Quebec's Abitibi Greenstone Belt is globally recognized as a Tier 1 jurisdiction with exceptional mining infrastructure and skilled labor. Nuvau Minerals has an agreement to acquire the Matagami Mining Camp from Glencore. The camp has a rich mining history with 60 years of production and nearly 60 million tons mined across 12 past mines.
The Matagami Camp spans over 2,500 claims across 1,300 square kilometers. Its strategic location, combined with existing infrastructure, like a 3,000-ton-per-day concentrator, positions Nuvau for cost-efficient reactivation and exploration. The company’s exploration efforts will focus on critical minerals, mainly zinc and copper, to address the growing global demand for these essential resources.
Nuvau Minerals is led by a team of seasoned professionals with extensive experience in the mining industry.
Company Highlights
- Nuvau Minerals has an agreement to acquire the Matagami Mining Camp from Glencore, a historic mining camp with 60 years of production history and nearly 60 million tons mined across 12 past mines.
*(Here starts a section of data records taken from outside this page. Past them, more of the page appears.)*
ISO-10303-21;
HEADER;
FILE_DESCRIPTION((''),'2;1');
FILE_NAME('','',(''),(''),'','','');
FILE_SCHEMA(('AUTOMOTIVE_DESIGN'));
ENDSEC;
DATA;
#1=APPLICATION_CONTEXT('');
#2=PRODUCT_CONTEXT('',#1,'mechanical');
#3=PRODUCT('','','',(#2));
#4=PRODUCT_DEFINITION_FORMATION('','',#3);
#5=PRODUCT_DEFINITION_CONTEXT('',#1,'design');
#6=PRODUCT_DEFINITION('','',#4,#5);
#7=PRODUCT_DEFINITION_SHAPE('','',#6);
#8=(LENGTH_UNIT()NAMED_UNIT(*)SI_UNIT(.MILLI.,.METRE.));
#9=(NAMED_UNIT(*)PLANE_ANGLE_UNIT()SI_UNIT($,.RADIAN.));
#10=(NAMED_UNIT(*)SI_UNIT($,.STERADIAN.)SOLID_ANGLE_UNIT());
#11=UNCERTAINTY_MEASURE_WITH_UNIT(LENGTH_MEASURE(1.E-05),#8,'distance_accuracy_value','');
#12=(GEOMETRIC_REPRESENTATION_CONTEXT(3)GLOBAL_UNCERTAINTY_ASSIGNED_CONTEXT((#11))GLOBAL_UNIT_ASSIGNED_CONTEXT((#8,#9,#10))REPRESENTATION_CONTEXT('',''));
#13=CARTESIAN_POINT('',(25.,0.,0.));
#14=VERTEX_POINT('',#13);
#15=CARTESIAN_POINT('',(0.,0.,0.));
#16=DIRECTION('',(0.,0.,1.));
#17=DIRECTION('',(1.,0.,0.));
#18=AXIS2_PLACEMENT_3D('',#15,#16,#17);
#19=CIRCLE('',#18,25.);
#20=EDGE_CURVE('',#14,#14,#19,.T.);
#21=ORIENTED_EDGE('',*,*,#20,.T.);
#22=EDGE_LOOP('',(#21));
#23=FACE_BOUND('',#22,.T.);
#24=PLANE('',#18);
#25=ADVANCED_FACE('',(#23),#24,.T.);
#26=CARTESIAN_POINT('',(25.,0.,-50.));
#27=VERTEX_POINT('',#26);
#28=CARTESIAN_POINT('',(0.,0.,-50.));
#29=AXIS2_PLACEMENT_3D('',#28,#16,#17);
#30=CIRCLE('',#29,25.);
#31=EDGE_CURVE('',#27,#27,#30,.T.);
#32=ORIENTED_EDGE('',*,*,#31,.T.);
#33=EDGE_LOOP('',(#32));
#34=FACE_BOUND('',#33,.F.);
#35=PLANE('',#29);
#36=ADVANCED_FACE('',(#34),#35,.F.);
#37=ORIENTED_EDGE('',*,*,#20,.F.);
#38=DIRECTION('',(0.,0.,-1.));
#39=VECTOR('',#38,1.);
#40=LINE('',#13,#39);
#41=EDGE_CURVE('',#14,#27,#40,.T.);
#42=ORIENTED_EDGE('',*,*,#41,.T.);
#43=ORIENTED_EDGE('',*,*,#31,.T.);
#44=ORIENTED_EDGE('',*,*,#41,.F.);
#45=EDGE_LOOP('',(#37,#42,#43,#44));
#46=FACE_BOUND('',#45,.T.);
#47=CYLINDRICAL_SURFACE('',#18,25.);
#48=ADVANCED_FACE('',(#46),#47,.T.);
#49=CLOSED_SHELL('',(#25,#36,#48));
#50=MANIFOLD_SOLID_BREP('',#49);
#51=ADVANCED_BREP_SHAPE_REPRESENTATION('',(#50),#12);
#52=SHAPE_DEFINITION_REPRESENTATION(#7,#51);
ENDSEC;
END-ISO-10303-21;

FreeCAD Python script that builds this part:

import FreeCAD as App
import Part
import Sketcher
Q = App.Units.Quantity

doc = App.newDocument("Part")
body = doc.addObject("PartDesign::Body", "Body")

# Sketch on XY plane
sketch1 = doc.addObject("Sketcher::SketchObject", "Sketch")
body.addObject(sketch1)
sketch1.AttachmentSupport = (doc.XY_Plane, [""])
sketch1.MapMode = "FlatFace"
sketch1.addGeometry(Part.Circle(App.Vector(0, 0, 0), App.Vector(0, 0, 1), 25), False)
sketch1.addConstraint([
    Sketcher.Constraint("Coincident", 0, 3, -1, 1),
    Sketcher.Constraint("Diameter", 0, Q("50 mm")),
])
pad1 = doc.addObject("PartDesign::Pad", "Pad")
body.addObject(pad1)
pad1.Profile = sketch1
pad1.Length = 50
pad1.Reversed = True

doc.recompute()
- The flagship Matagami Mining Camp spans more than 1,300 square kilometers with more than 2,500 claims in Quebec’s Abitibi Greenstone Belt. The project includes a 3,000-ton-per-day concentrator operated by Glencore until June 2022.
- Nuvau has invested nearly $30 million since early 2022 in a three-year exploration program to discover critical minerals, primarily zinc and copper, leveraging highly prospective targets across the property.
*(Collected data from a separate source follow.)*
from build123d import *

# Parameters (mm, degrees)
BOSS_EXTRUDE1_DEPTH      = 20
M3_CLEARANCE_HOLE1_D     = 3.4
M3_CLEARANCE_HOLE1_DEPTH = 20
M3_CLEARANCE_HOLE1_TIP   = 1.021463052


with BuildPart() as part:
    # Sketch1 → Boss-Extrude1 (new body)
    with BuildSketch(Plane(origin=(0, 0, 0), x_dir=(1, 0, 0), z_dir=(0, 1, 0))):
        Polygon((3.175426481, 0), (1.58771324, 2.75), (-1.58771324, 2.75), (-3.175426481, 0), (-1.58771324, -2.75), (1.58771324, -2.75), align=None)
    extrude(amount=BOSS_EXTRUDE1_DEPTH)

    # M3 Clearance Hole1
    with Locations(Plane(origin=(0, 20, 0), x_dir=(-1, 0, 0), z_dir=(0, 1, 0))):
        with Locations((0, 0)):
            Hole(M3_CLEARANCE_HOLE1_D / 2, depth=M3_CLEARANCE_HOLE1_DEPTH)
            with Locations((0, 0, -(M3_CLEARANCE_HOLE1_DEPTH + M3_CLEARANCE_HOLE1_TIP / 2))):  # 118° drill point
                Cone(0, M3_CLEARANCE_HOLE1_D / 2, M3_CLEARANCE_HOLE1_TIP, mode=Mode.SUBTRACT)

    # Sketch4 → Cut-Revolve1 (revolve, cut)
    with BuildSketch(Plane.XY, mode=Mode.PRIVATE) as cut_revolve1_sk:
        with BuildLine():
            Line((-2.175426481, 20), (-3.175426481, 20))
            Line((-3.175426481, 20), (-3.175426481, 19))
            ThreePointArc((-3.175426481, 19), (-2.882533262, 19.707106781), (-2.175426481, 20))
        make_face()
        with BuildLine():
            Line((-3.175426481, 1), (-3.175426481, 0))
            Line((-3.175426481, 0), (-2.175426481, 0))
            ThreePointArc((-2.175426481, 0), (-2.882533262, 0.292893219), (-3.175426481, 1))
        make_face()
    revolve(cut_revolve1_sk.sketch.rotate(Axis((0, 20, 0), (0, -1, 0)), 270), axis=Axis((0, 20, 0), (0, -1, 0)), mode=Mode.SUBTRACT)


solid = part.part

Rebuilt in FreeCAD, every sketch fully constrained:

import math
import FreeCAD as App
import Part
import Sketcher
from FreeCAD import Vector
Q = App.Units.Quantity

doc = App.newDocument("Part")
params = doc.addObject("Spreadsheet::Sheet", "Params")
for row, (alias, value) in enumerate([
    ("pad1_length", "20 mm"),
    ("sketch2_diameter", "3.4 mm"),
    ("hole_diameter", "3.4 mm"),
    ("hole_depth", "20 mm"),
    ("sketch3_radius", "1 mm"),
    ("groove_angle", "360 deg"),
], start=1):
    params.set(f"A{row}", alias)
    params.set(f"B{row}", "=" + value)
    params.setAlias(f"B{row}", alias)

body = doc.addObject("PartDesign::Body", "Body")

# Sketch on XZ plane
sketch1 = body.newObject("Sketcher::SketchObject", "Sketch")
sketch1.AttachmentSupport = (doc.getObject("XZ_Plane"), [""])
sketch1.MapMode = "FlatFace"
sketch1.addGeometry(Part.LineSegment(Vector(3.2, 0, 0), Vector(1.6, -2.8, 0)), False)
sketch1.addGeometry(Part.LineSegment(Vector(1.6, -2.8, 0), Vector(-1.6, -2.8, 0)), False)
sketch1.addGeometry(Part.LineSegment(Vector(-1.6, -2.8, 0), Vector(-3.2, 0, 0)), False)
sketch1.addGeometry(Part.LineSegment(Vector(-3.2, 0, 0), Vector(-1.6, 2.8, 0)), False)
sketch1.addGeometry(Part.LineSegment(Vector(-1.6, 2.8, 0), Vector(1.6, 2.8, 0)), False)
sketch1.addGeometry(Part.LineSegment(Vector(1.6, 2.8, 0), Vector(3.2, 0, 0)), False)
sketch1.addConstraint(Sketcher.Constraint("Coincident", 0, 2, 1, 1))
sketch1.addConstraint(Sketcher.Constraint("Coincident", 1, 2, 2, 1))
sketch1.addConstraint(Sketcher.Constraint("Coincident", 2, 2, 3, 1))
sketch1.addConstraint(Sketcher.Constraint("Coincident", 3, 2, 4, 1))
sketch1.addConstraint(Sketcher.Constraint("Coincident", 4, 2, 5, 1))
sketch1.addConstraint(Sketcher.Constraint("Coincident", 5, 2, 0, 1))
sketch1.addConstraint(Sketcher.Constraint("Horizontal", 1))
sketch1.addConstraint(Sketcher.Constraint("Horizontal", 4))
sketch1.addConstraint(Sketcher.Constraint("Symmetric", 0, 2, 3, 2, -1, 1))
sketch1.addConstraint(Sketcher.Constraint("Symmetric", 2, 2, 5, 2, -1, 1))
sketch1.addConstraint(Sketcher.Constraint("PointOnObject", 2, 2, -1))
sketch1.addConstraint(Sketcher.Constraint("Parallel", 2, 5))
sketch1.addConstraint(Sketcher.Constraint("Vertical", 1, 2, 3, 2))
sketch1.addConstraint(Sketcher.Constraint("Angle", 0, Q("-120 deg")))
sketch1.addConstraint(Sketcher.Constraint("DistanceY", 1, 2, 3, 2, 5.5))
sketch1.addConstraint(Sketcher.Constraint("DistanceX", 1, 2, 1, 1, 3.175426))
pad1 = body.newObject("PartDesign::Pad", "Pad")
pad1.Profile = sketch1
pad1.setExpression("Length", "Params.pad1_length")
pad1.Reversed = True

# Sketch on XZ plane
sketch2 = body.newObject("Sketcher::SketchObject", "Sketch001")
sketch2.AttachmentSupport = (doc.getObject("XZ_Plane"), [""])
sketch2.MapMode = "FlatFace"
sketch2.AttachmentOffset = App.Placement(Vector(0, 0, -20), App.Rotation())
sketch2.addGeometry(Part.Circle(Vector(0, 0, 0), Vector(0, 0, 1), 1.7), False)
sketch2.addConstraint(Sketcher.Constraint("Coincident", 0, 3, -1, 1))
sketch2.addConstraint(Sketcher.Constraint("Diameter", 0, 3.4))
sketch2.setExpression("Constraints[1]", "Params.sketch2_diameter")
doc.recompute()
hole = body.newObject("PartDesign::Hole", "Hole")
hole.Profile = sketch2
hole.ThreadType = "None"
hole.setExpression("Diameter", "Params.hole_diameter")
hole.DepthType = "Dimension"
hole.setExpression("Depth", "Params.hole_depth")
hole.DrillPoint = "Angled"
hole.DrillPointAngle = 118
hole.Reversed = True

# Sketch on XY plane
sketch3 = body.newObject("Sketcher::SketchObject", "Sketch002")
sketch3.AttachmentSupport = (doc.getObject("XY_Plane"), [""])
sketch3.MapMode = "FlatFace"
sketch3.addGeometry(Part.LineSegment(Vector(-2.2, 20, 0), Vector(-3.2, 20, 0)), False)
sketch3.addGeometry(Part.LineSegment(Vector(-3.2, 20, 0), Vector(-3.2, 19, 0)), False)
sketch3.addGeometry(Part.ArcOfCircle(Part.Circle(Vector(-2.2, 19, 0), Vector(0, 0, 1), 1), math.radians(90), math.radians(180)), False)
sketch3.addGeometry(Part.LineSegment(Vector(-3.2, 1, 0), Vector(-3.2, 0, 0)), False)
sketch3.addGeometry(Part.LineSegment(Vector(-3.2, 0, 0), Vector(-2.2, 0, 0)), False)
sketch3.addGeometry(Part.ArcOfCircle(Part.Circle(Vector(-2.2, 1, 0), Vector(0, 0, 1), 1), math.radians(-180), math.radians(-90)), False)
sketch3.addConstraint(Sketcher.Constraint("Coincident", 0, 2, 1, 1))
sketch3.addConstraint(Sketcher.Constraint("Tangent", 1, 2, 2, 2))
sketch3.addConstraint(Sketcher.Constraint("Tangent", 2, 1, 0, 1))
sketch3.addConstraint(Sketcher.Constraint("Coincident", 3, 2, 4, 1))
sketch3.addConstraint(Sketcher.Constraint("Tangent", 4, 2, 5, 2))
sketch3.addConstraint(Sketcher.Constraint("Tangent", 5, 1, 3, 1))
sketch3.addConstraint(Sketcher.Constraint("Horizontal", 0))
sketch3.addConstraint(Sketcher.Constraint("Vertical", 1))
sketch3.addConstraint(Sketcher.Constraint("Vertical", 3))
sketch3.addConstraint(Sketcher.Constraint("Horizontal", 4))
sketch3.addConstraint(Sketcher.Constraint("Equal", 2, 5))
sketch3.addConstraint(Sketcher.Constraint("PointOnObject", 3, 2, -1))
sketch3.addConstraint(Sketcher.Constraint("Vertical", 2, 3, 5, 3))
sketch3.addConstraint(Sketcher.Constraint("Radius", 2, 1.0))
sketch3.addConstraint(Sketcher.Constraint("DistanceY", -1, 1, 2, 3, 19.0))
sketch3.addConstraint(Sketcher.Constraint("DistanceX", 2, 3, -1, 1, 2.175426))
sketch3.setExpression("Constraints[13]", "Params.sketch3_radius")
groove = body.newObject("PartDesign::Groove", "Groove")
groove.Profile = sketch3
groove.ReferenceAxis = (sketch3, ["V_Axis"])
groove.setExpression("Angle", "Params.groove_angle")

doc.recompute()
- The companyaims to re-establish the Matagami Mining Camp as a leading critical minerals producer by leveraging historical data, robust infrastructure, and modern exploration techniques.
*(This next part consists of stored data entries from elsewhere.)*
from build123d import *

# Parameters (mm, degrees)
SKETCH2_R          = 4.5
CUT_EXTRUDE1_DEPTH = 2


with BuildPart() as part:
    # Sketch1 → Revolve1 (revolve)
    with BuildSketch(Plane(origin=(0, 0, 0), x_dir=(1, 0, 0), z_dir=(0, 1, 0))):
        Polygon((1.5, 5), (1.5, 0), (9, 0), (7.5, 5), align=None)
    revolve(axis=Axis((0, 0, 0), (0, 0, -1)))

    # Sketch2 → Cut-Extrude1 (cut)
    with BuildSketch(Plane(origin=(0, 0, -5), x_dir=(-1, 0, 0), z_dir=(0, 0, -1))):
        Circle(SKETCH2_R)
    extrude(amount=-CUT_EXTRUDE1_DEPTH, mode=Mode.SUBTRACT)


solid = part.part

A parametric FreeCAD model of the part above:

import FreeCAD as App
import Part
import Sketcher
from FreeCAD import Vector
Q = App.Units.Quantity

doc = App.newDocument("Part")
params = doc.addObject("Spreadsheet::Sheet", "Params")
for row, (alias, value) in enumerate([
    ("sketch1_width", "6 mm"),
    ("sketch1_height", "5 mm"),
    ("sketch1_width2", "7.5 mm"),
    ("revolution_angle", "360 deg"),
    ("sketch2_diameter", "9 mm"),
    ("pocket1_length", "2 mm"),
], start=1):
    params.set(f"A{row}", alias)
    params.set(f"B{row}", "=" + value)
    params.setAlias(f"B{row}", alias)

body = doc.addObject("PartDesign::Body", "Body")

sketch1 = body.newObject("Sketcher::SketchObject", "Sketch")
sketch1.AttachmentSupport = (doc.getObject("XZ_Plane"), [""])
sketch1.MapMode = "FlatFace"
sketch1.addGeometry(Part.LineSegment(Vector(2, -5, 0), Vector(2, 0, 0)), False)
sketch1.addGeometry(Part.LineSegment(Vector(2, 0, 0), Vector(9, 0, 0)), False)
sketch1.addGeometry(Part.LineSegment(Vector(9, 0, 0), Vector(8, -5, 0)), False)
sketch1.addGeometry(Part.LineSegment(Vector(8, -5, 0), Vector(2, -5, 0)), False)
sketch1.addConstraint(Sketcher.Constraint("Coincident", 0, 2, 1, 1))
sketch1.addConstraint(Sketcher.Constraint("Coincident", 1, 2, 2, 1))
sketch1.addConstraint(Sketcher.Constraint("Coincident", 2, 2, 3, 1))
sketch1.addConstraint(Sketcher.Constraint("Coincident", 3, 2, 0, 1))
sketch1.addConstraint(Sketcher.Constraint("Vertical", 0))
sketch1.addConstraint(Sketcher.Constraint("Horizontal", 1))
sketch1.addConstraint(Sketcher.Constraint("Horizontal", 3))
sketch1.addConstraint(Sketcher.Constraint("PointOnObject", 0, 2, -1))
sketch1.addConstraint(Sketcher.Constraint("DistanceX", 3, 2, 3, 1, Q("6 mm")))
sketch1.addConstraint(Sketcher.Constraint("DistanceY", 0, 1, 0, 2, Q("5 mm")))
sketch1.addConstraint(Sketcher.Constraint("DistanceX", 1, 1, 1, 2, Q("7.5 mm")))
sketch1.addConstraint(Sketcher.Constraint("DistanceX", -1, 1, 1, 2, Q("9 mm")))
sketch1.setExpression("Constraints[8]", "Params.sketch1_width")
sketch1.setExpression("Constraints[9]", "Params.sketch1_height")
sketch1.setExpression("Constraints[10]", "Params.sketch1_width2")
revolution = body.newObject("PartDesign::Revolution", "Revolution")
revolution.Profile = sketch1
revolution.ReferenceAxis = (sketch1, ["V_Axis"])
revolution.setExpression("Angle", "Params.revolution_angle")

sketch2 = body.newObject("Sketcher::SketchObject", "Sketch001")
sketch2.AttachmentSupport = (doc.getObject("XY_Plane"), [""])
sketch2.MapMode = "FlatFace"
sketch2.AttachmentOffset = App.Placement(Vector(0, 0, -5), App.Rotation())
sketch2.addGeometry(Part.Circle(Vector(0, 0, 0), Vector(0, 0, 1), 4.5), False)
sketch2.addConstraint(Sketcher.Constraint("Coincident", 0, 3, -1, 1))
sketch2.addConstraint(Sketcher.Constraint("Diameter", 0, Q("9 mm")))
sketch2.setExpression("Constraints[1]", "Params.sketch2_diameter")
pocket1 = body.newObject("PartDesign::Pocket", "Pocket")
pocket1.Profile = sketch2
pocket1.setExpression("Length", "Params.pocket1_length")
pocket1.Reversed = True

doc.recompute()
- Quebec's Abitibi Greenstone Belt is globally recognized as a Tier 1 jurisdiction with exceptional mining infrastructure and skilled labor.
- Approximately $25 million has already been invested in the property, with the earn-in phase with Glencore expected to be completed by 2025.
Key Asset
Matagami Mining Camp (Flagship)
Aerial view of the Matagami Mining Camp
The Matagami Mining Campis Nuvau Minerals’ cornerstone asset and a critical part of the company’s strategy to revitalize mining operations in Quebec’s Abitibi Greenstone Belt. Covering over 1,300 square kilometers and encompassing more than 2,500 claims, the property offers exceptional exploration potential for critical minerals, particularly zinc and copper. Historically, the Matagami Mining Camp has produced nearly 60 million tons of ore over 60 years of continuous operation.
The property features a 3,000-ton-per-day concentrator, last operated by Glencore in 2022. This infrastructure not only reduces the capital requirements for reactivation but also accelerates the timeline for potential production. Extensive geological and operational data inherited from Glencore provides a strong foundation for efficient exploration and development.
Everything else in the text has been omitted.